Collected data
——————

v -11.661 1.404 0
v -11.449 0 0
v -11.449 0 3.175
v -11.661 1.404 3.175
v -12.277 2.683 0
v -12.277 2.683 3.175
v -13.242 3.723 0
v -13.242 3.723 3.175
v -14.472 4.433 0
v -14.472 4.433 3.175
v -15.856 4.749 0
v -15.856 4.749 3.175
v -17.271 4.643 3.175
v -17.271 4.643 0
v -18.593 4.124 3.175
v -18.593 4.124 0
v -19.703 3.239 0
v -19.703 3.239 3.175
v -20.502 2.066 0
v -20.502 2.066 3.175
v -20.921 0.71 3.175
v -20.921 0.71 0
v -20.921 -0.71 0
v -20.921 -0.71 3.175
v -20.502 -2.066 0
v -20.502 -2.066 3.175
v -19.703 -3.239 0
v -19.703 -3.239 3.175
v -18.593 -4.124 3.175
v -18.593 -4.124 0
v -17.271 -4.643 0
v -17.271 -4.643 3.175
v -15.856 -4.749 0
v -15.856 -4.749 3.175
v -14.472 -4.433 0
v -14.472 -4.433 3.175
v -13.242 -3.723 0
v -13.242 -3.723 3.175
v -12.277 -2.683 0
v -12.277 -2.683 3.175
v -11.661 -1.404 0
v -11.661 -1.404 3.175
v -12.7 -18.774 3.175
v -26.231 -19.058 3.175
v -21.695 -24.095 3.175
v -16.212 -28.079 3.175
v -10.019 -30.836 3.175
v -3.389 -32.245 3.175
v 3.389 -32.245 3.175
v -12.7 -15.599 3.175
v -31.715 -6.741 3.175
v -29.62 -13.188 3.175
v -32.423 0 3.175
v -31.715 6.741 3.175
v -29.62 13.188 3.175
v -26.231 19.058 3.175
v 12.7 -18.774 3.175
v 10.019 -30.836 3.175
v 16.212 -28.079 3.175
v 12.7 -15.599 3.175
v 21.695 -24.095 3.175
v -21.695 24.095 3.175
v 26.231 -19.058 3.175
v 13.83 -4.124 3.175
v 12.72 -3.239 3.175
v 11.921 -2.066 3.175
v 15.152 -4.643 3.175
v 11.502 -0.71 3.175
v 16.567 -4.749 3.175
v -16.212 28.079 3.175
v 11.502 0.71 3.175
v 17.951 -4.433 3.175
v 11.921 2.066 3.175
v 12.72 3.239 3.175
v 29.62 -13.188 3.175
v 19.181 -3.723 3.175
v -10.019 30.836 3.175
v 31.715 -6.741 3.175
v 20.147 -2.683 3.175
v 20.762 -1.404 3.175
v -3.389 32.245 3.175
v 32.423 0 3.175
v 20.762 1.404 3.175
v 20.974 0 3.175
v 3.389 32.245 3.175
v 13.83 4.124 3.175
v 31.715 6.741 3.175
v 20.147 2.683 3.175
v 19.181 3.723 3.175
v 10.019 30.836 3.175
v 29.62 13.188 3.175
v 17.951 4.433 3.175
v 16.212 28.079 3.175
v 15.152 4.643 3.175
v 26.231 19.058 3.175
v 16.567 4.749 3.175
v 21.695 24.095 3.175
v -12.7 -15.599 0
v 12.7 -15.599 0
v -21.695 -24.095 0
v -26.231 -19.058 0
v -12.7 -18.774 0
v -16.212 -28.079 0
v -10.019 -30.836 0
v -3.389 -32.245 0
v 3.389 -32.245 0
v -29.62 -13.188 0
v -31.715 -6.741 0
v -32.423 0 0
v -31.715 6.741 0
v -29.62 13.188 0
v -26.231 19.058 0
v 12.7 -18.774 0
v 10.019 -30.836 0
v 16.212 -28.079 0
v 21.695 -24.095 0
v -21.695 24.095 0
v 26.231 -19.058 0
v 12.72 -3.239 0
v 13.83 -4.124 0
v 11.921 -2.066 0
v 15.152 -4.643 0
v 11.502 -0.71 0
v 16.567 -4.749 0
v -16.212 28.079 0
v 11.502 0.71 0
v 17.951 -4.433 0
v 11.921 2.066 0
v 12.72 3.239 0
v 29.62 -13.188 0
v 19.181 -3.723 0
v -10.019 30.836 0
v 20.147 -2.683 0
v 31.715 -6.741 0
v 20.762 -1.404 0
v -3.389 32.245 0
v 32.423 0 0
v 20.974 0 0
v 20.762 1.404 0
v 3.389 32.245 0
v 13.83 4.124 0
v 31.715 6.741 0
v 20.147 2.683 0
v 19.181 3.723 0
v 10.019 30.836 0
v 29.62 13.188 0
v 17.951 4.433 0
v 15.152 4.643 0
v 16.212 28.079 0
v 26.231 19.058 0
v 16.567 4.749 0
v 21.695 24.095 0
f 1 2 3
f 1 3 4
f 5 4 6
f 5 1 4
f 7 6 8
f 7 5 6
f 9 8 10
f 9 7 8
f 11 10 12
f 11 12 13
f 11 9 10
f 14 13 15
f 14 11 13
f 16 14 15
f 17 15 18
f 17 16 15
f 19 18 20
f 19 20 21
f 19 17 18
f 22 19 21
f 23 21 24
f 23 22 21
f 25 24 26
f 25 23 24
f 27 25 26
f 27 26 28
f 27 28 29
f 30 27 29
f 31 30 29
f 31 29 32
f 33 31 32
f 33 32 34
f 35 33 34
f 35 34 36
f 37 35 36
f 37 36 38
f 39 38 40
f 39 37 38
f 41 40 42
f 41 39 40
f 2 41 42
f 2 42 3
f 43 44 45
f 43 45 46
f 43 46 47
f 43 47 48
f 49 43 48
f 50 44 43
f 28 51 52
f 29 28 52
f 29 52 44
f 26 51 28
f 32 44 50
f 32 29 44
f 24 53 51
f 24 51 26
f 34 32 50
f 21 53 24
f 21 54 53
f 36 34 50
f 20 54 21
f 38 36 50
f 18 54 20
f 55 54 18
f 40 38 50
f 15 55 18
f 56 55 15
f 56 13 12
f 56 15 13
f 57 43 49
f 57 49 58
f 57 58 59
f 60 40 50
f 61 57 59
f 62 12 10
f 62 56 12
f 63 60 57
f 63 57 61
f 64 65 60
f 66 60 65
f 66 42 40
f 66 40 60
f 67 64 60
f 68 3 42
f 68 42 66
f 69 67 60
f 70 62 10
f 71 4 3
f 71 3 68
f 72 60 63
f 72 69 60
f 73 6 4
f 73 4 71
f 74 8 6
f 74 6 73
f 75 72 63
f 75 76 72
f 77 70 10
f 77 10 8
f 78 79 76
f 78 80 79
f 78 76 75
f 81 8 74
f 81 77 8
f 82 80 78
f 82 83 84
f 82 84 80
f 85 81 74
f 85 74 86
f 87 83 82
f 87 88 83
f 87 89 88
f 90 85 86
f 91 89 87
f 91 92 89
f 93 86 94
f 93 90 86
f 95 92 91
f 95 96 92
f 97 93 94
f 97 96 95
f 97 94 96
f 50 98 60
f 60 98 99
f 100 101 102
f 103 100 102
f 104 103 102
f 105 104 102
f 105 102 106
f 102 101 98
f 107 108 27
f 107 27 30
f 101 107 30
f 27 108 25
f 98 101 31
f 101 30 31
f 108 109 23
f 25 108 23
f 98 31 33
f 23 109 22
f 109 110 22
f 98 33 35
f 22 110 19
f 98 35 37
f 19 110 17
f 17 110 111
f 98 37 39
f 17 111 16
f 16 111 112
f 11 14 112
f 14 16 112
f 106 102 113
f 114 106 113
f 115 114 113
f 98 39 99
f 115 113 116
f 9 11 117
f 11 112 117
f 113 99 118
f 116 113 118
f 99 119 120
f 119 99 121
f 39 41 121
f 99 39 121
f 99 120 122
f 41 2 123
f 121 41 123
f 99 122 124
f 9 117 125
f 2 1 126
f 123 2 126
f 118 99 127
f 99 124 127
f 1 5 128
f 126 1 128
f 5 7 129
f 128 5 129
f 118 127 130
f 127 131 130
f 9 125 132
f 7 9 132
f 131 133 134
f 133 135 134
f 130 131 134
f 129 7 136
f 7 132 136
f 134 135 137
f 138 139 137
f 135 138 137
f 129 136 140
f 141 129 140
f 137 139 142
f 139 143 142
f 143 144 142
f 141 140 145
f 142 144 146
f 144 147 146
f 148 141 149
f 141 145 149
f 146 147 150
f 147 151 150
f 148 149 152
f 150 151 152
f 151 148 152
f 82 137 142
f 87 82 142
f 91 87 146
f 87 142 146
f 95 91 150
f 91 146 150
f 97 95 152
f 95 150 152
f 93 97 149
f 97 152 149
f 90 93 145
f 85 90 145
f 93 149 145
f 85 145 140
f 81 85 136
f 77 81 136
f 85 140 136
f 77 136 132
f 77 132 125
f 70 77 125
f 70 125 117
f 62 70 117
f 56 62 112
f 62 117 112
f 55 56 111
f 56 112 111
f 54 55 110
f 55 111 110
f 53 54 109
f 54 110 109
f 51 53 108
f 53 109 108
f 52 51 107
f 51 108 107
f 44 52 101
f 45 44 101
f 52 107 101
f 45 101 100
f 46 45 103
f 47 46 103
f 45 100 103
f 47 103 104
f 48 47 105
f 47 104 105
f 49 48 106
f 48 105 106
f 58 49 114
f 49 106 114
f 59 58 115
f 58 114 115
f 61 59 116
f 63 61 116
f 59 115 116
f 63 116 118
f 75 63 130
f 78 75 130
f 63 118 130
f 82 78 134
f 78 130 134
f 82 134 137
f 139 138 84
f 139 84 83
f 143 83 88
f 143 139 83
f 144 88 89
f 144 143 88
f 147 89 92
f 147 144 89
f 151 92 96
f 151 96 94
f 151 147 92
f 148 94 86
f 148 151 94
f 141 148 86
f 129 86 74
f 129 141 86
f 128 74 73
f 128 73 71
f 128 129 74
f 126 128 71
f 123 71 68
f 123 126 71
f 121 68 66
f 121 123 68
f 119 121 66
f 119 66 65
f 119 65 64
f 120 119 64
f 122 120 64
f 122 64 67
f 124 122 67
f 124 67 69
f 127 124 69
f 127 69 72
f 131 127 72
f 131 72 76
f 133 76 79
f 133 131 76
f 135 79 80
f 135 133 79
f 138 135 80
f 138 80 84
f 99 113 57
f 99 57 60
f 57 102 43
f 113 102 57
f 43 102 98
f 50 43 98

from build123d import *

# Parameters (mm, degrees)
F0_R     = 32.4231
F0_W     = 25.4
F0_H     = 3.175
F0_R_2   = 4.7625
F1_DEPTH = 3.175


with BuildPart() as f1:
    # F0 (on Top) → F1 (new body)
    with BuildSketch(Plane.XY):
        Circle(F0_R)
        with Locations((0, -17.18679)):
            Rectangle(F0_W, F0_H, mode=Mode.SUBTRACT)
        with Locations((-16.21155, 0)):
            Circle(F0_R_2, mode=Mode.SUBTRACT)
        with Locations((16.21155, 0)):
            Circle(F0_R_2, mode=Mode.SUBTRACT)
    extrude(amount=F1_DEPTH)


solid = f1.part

——————

Set down exactly the lines from the start of the records to the line with "v -20.502 2.066 3.175". Include that line, and add nothing more.

• Answer to this exercise:
v -11.661 1.404 0
v -11.449 0 0
v -11.449 0 3.175
v -11.661 1.404 3.175
v -12.277 2.683 0
v -12.277 2.683 3.175
v -13.242 3.723 0
v -13.242 3.723 3.175
v -14.472 4.433 0
v -14.472 4.433 3.175
v -15.856 4.749 0
v -15.856 4.749 3.175
v -17.271 4.643 3.175
v -17.271 4.643 0
v -18.593 4.124 3.175
v -18.593 4.124 0
v -19.703 3.239 0
v -19.703 3.239 3.175
v -20.502 2.066 0
v -20.502 2.066 3.175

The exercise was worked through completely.